(Stored dataset items)
━━━━━━━━━━
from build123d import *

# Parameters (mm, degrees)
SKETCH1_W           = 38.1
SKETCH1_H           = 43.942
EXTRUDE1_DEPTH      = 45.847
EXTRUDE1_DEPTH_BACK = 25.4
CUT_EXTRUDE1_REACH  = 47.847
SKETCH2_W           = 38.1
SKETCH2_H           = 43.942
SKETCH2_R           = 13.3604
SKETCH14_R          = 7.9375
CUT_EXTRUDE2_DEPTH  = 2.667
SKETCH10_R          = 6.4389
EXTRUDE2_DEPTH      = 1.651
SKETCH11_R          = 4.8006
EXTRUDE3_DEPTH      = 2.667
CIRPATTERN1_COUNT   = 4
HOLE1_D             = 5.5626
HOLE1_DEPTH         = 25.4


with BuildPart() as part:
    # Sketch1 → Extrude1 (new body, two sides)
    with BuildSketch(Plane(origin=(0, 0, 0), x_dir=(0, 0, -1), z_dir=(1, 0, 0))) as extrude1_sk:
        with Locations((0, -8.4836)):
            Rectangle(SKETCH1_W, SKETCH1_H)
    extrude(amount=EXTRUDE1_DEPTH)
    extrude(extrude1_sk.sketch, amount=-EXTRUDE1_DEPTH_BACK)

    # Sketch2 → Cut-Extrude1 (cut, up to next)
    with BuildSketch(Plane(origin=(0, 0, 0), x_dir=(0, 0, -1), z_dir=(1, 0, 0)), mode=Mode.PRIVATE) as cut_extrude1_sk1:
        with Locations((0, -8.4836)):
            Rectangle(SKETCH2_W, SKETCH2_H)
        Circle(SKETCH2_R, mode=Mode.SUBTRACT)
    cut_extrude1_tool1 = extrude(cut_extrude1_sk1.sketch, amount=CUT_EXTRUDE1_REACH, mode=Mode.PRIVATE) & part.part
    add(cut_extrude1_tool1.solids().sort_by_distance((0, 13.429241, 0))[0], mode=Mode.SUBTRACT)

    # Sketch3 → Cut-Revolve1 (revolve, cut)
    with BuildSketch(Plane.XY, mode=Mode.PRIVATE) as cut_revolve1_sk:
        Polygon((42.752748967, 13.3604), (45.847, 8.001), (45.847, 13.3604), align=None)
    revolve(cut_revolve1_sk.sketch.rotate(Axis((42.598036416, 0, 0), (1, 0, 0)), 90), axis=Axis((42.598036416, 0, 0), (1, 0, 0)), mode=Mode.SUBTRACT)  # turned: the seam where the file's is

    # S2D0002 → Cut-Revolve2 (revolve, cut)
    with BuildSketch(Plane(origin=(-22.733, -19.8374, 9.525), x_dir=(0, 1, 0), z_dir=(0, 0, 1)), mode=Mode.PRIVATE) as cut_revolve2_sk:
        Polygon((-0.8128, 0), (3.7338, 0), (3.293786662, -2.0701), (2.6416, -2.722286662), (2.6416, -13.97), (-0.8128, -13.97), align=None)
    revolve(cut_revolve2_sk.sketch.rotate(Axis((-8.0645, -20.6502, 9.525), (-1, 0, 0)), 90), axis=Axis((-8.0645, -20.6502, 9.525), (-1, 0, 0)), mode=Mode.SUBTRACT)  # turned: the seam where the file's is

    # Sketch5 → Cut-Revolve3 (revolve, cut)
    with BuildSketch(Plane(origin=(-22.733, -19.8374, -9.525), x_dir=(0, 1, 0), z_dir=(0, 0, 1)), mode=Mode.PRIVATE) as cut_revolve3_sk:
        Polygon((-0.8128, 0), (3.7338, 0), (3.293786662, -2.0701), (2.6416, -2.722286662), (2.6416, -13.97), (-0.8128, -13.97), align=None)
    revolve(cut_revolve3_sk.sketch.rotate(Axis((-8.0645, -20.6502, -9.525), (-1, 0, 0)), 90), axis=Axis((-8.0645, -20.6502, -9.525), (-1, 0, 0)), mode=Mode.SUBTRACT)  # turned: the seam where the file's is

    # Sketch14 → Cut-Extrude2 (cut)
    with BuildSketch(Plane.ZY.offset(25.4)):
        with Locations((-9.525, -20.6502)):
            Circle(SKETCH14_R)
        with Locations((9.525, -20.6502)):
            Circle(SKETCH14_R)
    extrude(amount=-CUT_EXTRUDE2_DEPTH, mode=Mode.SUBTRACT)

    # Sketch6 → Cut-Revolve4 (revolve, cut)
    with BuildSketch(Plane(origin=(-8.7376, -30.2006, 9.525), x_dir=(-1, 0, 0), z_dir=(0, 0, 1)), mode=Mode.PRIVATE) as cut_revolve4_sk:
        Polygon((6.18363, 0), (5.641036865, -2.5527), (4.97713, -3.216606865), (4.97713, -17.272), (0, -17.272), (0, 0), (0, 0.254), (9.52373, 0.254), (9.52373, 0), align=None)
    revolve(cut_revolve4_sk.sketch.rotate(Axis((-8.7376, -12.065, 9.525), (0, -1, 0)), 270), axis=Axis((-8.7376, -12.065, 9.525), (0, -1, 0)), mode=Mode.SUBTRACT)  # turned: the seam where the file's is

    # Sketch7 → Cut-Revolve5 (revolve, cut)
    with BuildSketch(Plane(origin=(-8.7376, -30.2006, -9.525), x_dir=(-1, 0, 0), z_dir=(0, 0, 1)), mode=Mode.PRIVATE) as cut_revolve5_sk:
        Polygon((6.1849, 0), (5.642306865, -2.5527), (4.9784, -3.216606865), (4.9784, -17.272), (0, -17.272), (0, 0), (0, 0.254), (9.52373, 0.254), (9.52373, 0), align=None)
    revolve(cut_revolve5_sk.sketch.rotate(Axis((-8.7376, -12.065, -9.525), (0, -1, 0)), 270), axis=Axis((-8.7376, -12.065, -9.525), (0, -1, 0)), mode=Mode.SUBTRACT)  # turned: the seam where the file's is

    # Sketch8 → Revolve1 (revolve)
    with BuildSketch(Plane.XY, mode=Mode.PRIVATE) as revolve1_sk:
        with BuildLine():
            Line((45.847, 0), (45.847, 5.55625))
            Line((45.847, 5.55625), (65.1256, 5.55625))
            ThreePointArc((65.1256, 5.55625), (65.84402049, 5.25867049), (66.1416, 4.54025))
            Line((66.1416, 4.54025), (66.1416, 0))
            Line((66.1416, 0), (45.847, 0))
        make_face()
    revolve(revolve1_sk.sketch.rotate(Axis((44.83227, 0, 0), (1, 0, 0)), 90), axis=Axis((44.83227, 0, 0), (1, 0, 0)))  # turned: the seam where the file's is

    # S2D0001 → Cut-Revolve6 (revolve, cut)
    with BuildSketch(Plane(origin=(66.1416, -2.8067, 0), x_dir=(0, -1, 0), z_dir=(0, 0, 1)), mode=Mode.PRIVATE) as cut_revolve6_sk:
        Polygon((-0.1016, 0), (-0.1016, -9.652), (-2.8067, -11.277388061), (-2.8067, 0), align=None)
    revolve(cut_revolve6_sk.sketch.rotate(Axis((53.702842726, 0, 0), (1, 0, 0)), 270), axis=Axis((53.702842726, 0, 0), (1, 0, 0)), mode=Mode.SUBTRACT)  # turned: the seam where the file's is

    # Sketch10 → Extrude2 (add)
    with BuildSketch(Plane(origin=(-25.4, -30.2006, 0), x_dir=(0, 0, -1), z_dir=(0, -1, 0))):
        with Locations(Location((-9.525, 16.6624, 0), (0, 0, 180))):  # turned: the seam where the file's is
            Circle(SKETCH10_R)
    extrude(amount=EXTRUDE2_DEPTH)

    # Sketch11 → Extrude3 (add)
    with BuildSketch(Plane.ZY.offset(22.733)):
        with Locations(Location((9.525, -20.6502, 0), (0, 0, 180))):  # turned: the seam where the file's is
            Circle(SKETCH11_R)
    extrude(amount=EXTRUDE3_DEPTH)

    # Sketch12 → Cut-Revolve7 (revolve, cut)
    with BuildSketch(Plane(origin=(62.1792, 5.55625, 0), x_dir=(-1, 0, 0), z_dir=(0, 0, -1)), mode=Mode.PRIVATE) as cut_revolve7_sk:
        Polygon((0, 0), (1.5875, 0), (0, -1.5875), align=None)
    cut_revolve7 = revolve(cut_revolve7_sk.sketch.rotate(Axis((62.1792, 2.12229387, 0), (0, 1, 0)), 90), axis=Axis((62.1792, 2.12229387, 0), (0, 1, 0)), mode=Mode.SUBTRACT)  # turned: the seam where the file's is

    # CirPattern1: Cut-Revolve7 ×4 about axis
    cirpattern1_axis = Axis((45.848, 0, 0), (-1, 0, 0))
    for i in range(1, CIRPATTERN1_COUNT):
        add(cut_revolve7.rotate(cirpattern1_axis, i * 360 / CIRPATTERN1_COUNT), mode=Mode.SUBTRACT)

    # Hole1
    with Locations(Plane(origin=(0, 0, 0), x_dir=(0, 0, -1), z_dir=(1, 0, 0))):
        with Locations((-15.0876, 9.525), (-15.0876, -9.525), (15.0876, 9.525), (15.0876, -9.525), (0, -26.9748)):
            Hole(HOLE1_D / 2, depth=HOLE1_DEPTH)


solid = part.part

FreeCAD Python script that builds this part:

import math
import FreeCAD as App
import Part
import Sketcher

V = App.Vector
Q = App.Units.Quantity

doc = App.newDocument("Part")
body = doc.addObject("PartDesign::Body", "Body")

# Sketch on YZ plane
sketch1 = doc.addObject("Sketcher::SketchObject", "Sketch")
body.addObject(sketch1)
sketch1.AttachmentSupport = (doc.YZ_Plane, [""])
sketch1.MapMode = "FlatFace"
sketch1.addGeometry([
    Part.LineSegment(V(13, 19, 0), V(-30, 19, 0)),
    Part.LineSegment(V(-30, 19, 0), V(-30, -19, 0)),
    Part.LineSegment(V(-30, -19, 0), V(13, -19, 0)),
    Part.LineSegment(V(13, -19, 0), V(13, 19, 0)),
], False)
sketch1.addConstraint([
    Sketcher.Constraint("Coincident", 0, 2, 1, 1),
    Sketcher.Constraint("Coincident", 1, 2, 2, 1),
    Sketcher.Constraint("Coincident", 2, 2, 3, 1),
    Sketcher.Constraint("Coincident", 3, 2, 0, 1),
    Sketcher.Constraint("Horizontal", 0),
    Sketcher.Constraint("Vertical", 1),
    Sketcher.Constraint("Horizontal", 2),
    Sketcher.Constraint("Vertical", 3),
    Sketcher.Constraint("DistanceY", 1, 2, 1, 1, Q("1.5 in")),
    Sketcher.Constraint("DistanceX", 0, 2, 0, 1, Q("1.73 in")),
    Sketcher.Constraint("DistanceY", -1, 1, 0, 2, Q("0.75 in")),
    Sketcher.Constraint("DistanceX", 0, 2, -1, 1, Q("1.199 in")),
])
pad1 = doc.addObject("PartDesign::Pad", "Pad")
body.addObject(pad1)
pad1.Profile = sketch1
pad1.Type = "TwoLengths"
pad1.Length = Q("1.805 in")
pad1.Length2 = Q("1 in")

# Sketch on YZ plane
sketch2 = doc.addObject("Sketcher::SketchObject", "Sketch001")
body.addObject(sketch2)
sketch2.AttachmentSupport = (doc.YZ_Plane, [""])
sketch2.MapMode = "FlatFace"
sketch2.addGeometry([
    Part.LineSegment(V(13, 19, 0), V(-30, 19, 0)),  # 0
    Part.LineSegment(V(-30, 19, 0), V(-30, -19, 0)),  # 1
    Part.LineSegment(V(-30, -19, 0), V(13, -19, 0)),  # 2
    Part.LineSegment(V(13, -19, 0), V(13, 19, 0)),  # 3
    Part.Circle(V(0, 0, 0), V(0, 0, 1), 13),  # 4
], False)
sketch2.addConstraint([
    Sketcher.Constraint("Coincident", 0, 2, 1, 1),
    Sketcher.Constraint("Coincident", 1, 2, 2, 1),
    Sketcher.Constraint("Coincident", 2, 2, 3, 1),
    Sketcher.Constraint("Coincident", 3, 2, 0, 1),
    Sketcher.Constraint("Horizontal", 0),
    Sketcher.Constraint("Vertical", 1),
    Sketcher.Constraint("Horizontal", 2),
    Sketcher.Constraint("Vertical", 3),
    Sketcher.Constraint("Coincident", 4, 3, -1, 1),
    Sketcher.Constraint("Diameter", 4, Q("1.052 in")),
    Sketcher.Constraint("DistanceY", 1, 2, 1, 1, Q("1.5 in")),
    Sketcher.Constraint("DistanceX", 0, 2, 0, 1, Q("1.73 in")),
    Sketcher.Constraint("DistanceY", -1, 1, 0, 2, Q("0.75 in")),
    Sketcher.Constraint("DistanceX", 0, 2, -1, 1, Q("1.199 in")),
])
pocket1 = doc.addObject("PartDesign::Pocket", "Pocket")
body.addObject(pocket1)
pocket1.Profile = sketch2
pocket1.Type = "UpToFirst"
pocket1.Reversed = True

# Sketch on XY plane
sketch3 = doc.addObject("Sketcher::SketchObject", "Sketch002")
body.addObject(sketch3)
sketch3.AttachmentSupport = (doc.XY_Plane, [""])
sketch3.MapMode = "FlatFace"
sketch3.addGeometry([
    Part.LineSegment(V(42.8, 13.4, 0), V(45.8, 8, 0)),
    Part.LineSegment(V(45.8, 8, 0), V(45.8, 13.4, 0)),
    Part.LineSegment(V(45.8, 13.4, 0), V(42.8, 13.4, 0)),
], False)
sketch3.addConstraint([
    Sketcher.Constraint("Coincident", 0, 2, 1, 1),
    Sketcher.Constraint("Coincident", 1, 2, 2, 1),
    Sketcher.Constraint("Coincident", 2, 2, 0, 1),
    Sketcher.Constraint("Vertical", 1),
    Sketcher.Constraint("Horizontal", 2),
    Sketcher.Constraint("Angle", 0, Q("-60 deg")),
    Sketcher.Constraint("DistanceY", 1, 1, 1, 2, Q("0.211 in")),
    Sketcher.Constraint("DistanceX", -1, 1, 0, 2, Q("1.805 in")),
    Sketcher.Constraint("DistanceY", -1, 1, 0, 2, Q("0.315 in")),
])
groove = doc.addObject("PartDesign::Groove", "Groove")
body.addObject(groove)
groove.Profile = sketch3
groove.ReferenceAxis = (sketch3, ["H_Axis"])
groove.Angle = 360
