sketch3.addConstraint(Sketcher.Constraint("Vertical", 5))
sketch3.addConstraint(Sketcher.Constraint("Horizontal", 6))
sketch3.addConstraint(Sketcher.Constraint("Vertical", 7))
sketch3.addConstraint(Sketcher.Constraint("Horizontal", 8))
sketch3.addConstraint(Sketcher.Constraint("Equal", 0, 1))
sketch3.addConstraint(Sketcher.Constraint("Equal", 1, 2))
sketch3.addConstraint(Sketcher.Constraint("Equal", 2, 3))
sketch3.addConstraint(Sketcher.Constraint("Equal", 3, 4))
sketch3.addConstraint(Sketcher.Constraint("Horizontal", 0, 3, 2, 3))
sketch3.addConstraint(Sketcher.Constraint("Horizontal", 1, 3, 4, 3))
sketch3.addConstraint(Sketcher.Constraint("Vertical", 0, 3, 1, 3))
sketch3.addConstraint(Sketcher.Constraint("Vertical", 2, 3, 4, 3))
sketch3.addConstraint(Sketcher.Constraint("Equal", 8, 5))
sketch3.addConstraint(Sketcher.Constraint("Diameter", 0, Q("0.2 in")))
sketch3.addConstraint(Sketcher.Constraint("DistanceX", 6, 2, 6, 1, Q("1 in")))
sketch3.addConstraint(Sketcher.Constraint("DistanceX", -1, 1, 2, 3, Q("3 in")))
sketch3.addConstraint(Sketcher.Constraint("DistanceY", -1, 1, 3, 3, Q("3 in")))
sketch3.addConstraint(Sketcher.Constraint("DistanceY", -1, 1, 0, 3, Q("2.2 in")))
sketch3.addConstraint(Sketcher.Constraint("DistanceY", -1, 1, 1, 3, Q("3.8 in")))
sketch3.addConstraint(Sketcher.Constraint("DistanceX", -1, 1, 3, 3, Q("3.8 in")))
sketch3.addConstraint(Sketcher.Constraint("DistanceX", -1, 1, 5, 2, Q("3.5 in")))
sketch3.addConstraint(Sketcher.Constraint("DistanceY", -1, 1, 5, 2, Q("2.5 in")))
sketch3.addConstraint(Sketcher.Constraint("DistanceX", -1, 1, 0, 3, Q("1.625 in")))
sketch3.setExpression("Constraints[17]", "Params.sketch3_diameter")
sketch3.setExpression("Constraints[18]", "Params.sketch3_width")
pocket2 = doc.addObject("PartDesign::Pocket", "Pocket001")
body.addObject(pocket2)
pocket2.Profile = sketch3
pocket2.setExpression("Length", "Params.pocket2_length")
━━━━━━━━━━
> [Instructions for the task]
Filter the lines above so that only those with the string "Params" remain, then copy them.

> [Task answer]
sketch3.setExpression("Constraints[17]", "Params.sketch3_diameter")
sketch3.setExpression("Constraints[18]", "Params.sketch3_width")
pocket2.setExpression("Length", "Params.pocket2_length")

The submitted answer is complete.